# 24 Zoll Poison Zyankali



## 29erpete (3. Juli 2015)

Hier das 24 Zoll Bike von meinem Sohn (6 Jahre, 126cm).
Die Gabel ist leider recht schwer (1080g mit ungekürztem Schaft, vielleicht hat jemand einen Tipp wo es leichtere 24 Zoll Gabeln gibt) daher liegt es bei ca. 8,2kg. Das Oberrohr ist recht lang daher geht es sich mit der geraden Sattelstütze und dem 35mm Vorbau gerade so aus. Der Spacerturm bleibt derweil mal drauf.


----------



## paradox (3. Juli 2015)

Sehr schick, hast du eine Teileliste?

Es gibt ja bei alibaba einige Gabeln, schau mal, da solltest was adäquates finden.


----------



## MTB-News.de




----------



## 29erpete (3. Juli 2015)

ok, danke. Hier die Liste:


----------



## KIV (3. Juli 2015)

Frag mal bei Herrn Fischer von kaniabikes.eu
Er hat vermutlich einzelne Gabeln liegen, evtl auch ungepulvert. Mit Pulver wiegt die nur knapp mehr als die Hälfte von Deiner Gabel: http://m.fotos.mtb-news.de/p/1619829?page=4&in=set

VG, Stefan


----------



## 29erpete (3. Juli 2015)

KIV schrieb:


> Frag mal bei Herrn Fischer von kaniabikes.eu
> Er hat vermutlich einzelne Gabeln liegen, evtl auch ungepulvert. Mit Pulver wiegt die nur knapp mehr als die Hälfte von Deiner Gabel: http://m.fotos.mtb-news.de/p/1619829?page=4&in=set
> 
> VG, Stefan



auch mit Disc Aufnahmen?


----------



## KIV (3. Juli 2015)

Keine Ahnung, frag mal nach. Am besten telefonisch...

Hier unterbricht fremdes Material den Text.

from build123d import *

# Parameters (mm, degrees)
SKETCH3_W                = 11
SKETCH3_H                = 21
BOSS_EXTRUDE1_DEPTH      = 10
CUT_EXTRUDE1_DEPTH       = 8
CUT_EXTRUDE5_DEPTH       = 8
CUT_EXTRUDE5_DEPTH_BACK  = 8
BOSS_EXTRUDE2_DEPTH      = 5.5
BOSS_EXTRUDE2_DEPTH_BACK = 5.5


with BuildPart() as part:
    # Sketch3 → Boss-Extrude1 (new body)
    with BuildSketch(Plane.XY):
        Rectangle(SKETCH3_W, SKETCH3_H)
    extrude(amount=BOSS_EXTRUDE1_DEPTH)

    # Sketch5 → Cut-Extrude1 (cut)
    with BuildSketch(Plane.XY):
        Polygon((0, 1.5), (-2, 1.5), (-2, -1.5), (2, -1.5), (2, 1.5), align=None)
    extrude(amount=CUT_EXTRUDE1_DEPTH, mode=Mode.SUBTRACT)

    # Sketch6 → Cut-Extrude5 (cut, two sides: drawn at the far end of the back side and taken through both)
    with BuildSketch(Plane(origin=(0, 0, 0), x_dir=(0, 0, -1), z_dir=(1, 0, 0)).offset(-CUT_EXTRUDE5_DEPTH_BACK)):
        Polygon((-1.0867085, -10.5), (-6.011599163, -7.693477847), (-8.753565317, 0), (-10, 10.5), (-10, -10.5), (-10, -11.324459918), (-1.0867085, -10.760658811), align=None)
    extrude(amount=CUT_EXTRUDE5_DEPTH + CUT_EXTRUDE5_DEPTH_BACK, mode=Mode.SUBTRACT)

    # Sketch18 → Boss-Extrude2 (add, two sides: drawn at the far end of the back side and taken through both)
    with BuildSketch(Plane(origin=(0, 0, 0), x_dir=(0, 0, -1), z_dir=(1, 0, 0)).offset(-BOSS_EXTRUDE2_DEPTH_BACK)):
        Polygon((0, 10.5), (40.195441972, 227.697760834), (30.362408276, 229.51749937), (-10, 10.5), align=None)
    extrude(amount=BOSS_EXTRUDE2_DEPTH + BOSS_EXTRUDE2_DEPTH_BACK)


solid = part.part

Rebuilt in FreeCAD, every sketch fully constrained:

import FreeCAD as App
import Part
import Sketcher

V = App.Vector


def add_polygon(sketch, points):
    """Adds a closed chain of lines whose ends are joined by coincident constraints."""
    first, n = sketch.GeometryCount, len(points)
    for a, b in zip(points, points[1:] + points[:1]):
        sketch.addGeometry(Part.LineSegment(App.Vector(*a, 0), App.Vector(*b, 0)), False)
    for i in range(n):
        sketch.addConstraint(Sketcher.Constraint("Coincident", first + i, 2, first + (i + 1) % n, 1))

doc = App.newDocument("Part")
body = doc.addObject("PartDesign::Body", "Body")

# Sketch on XY plane
sketch1 = doc.addObject("Sketcher::SketchObject", "Sketch")
body.addObject(sketch1)
sketch1.AttachmentSupport = (doc.XY_Plane, [""])
sketch1.MapMode = "FlatFace"
add_polygon(sketch1, [(-6, 10), (-6, -10), (6, -10), (6, 10)])  # lines 0-3
sketch1.addConstraint(Sketcher.Constraint("Vertical", 0))
sketch1.addConstraint(Sketcher.Constraint("Horizontal", 1))
sketch1.addConstraint(Sketcher.Constraint("Vertical", 2))
sketch1.addConstraint(Sketcher.Constraint("Horizontal", 3))
sketch1.addConstraint(Sketcher.Constraint("Symmetric", 0, 2, 2, 2, -1, 1))
sketch1.addConstraint(Sketcher.Constraint("DistanceX", 1, 1, 1, 2, 11.0))
sketch1.addConstraint(Sketcher.Constraint("DistanceY", 0, 2, 0, 1, 21.0))
pad1 = doc.addObject("PartDesign::Pad", "Pad")
body.addObject(pad1)
pad1.Profile = sketch1
pad1.Length = 10

# Sketch on XY plane
sketch2 = doc.addObject("Sketcher::SketchObject", "Sketch001")
body.addObject(sketch2)
sketch2.AttachmentSupport = (doc.XY_Plane, [""])
sketch2.MapMode = "FlatFace"
add_polygon(sketch2, [(-2, 1.5), (-2, -1.5), (2, -1.5), (2, 1.5)])  # lines 0-3
sketch2.addConstraint(Sketcher.Constraint("Vertical", 0))
sketch2.addConstraint(Sketcher.Constraint("Horizontal", 1))
sketch2.addConstraint(Sketcher.Constraint("Vertical", 2))
sketch2.addConstraint(Sketcher.Constraint("Horizontal", 3))
sketch2.addConstraint(Sketcher.Constraint("Symmetric", 0, 2, 2, 2, -1, 1))
sketch2.addConstraint(Sketcher.Constraint("DistanceX", 1, 1, 1, 2, 4.0))
sketch2.addConstraint(Sketcher.Constraint("DistanceY", 0, 2, 0, 1, 3.0))
pocket1 = doc.addObject("PartDesign::Pocket", "Pocket")
body.addObject(pocket1)
pocket1.Profile = sketch2
pocket1.Length = 8
pocket1.Reversed = True

# Sketch on YZ plane
sketch3 = doc.addObject("Sketcher::SketchObject", "Sketch002")
body.addObject(sketch3)
sketch3.AttachmentSupport = (doc.YZ_Plane, [""])
sketch3.MapMode = "FlatFace"
add_polygon(sketch3, [(-10.5, 1.09), (-7.69, 6.01), (0, 8.75), (10.5, 10), (-11.32, 10), (-10.76, 1.09)])  # lines 0-5
sketch3.addConstraint(Sketcher.Constraint("Horizontal", 3))
sketch3.addConstraint(Sketcher.Constraint("Horizontal", 5))
sketch3.addConstraint(Sketcher.Constraint("PointOnObject", 1, 2, -2))
sketch3.addConstraint(Sketcher.Constraint("DistanceY", -1, 1, 2, 2, 10.0))
sketch3.addConstraint(Sketcher.Constraint("DistanceX", 5, 2, 2, 2, 21.0))
sketch3.addConstraint(Sketcher.Constraint("DistanceX", -1, 1, 2, 2, 10.5))
sketch3.addConstraint(Sketcher.Constraint("DistanceX", 3, 2, 3, 1, 21.82446))
sketch3.addConstraint(Sketcher.Constraint("DistanceX", 5, 1, 5, 2, 0.260659))
sketch3.addConstraint(Sketcher.Constraint("DistanceY", -1, 1, 0, 2, 6.011599))
sketch3.addConstraint(Sketcher.Constraint("Distance", 0, 5.668431))
sketch3.addConstraint(Sketcher.Constraint("DistanceY", -1, 1, 4, 2, 1.086709))
sketch3.addConstraint(Sketcher.Constraint("Distance", 1, 8.167495))
pocket2 = doc.addObject("PartDesign::Pocket", "Pocket001")
body.addObject(pocket2)
pocket2.Profile = sketch3
pocket2.Type = "ThroughAll"
pocket2.Midplane = True

# Sketch on YZ plane
sketch4 = doc.addObject("Sketcher::SketchObject", "Sketch003")
body.addObject(sketch4)
sketch4.AttachmentSupport = (doc.YZ_Plane, [""])
sketch4.MapMode = "FlatFace"
add_polygon(sketch4, [(10, 0), (228, -40), (230, -30), (10, 10)])  # lines 0-3
sketch4.addConstraint(Sketcher.Constraint("Vertical", 3))
sketch4.addConstraint(Sketcher.Constraint("PointOnObject", 3, 2, -1))
sketch4.addConstraint(Sketcher.Constraint("Perpendicular", 0, 1))
sketch4.addConstraint(Sketcher.Constraint("DistanceY", 3, 2, 3, 1, 10.0))
sketch4.addConstraint(Sketcher.Constraint("Distance", 1, 10.0))
sketch4.addConstraint(Sketcher.Constraint("DistanceX", -1, 1, 2, 2, 10.5))
sketch4.addConstraint(Sketcher.Constraint("DistanceX", -1, 1, 1, 2, 229.517499))
sketch4.addConstraint(Sketcher.Constraint("Distance", 0, 220.88581))
pad2 = doc.addObject("PartDesign::Pad", "Pad001")
body.addObject(pad2)
pad2.Profile = sketch4
pad2.Type = "TwoLengths"
pad2.Length = 5.5
pad2.Length2 = 5.5

doc.recompute()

Disk hat er auf jeden Fall auch im Programm:
http://kaniabikes.eu/bikes/twentyfour_large.php


----------



## 29erpete (4. Juli 2015)

paradox schrieb:


> Es gibt ja bei alibaba einige Gabeln, schau mal, da solltest was adäquates finden.



Bin leider nicht fündig geworden. Die Einbauhöhe der Poison Gabel ist ~40cm, ich hab nur Gabeln für 26 Zoll aufwärts gefunden. Mehr als ~50€ wär mir die Sache auch nicht wert.


----------



## trolliver (4. Juli 2015)

29erpete schrieb:


> Mehr als ~50€ wär mir die Sache auch nicht wert.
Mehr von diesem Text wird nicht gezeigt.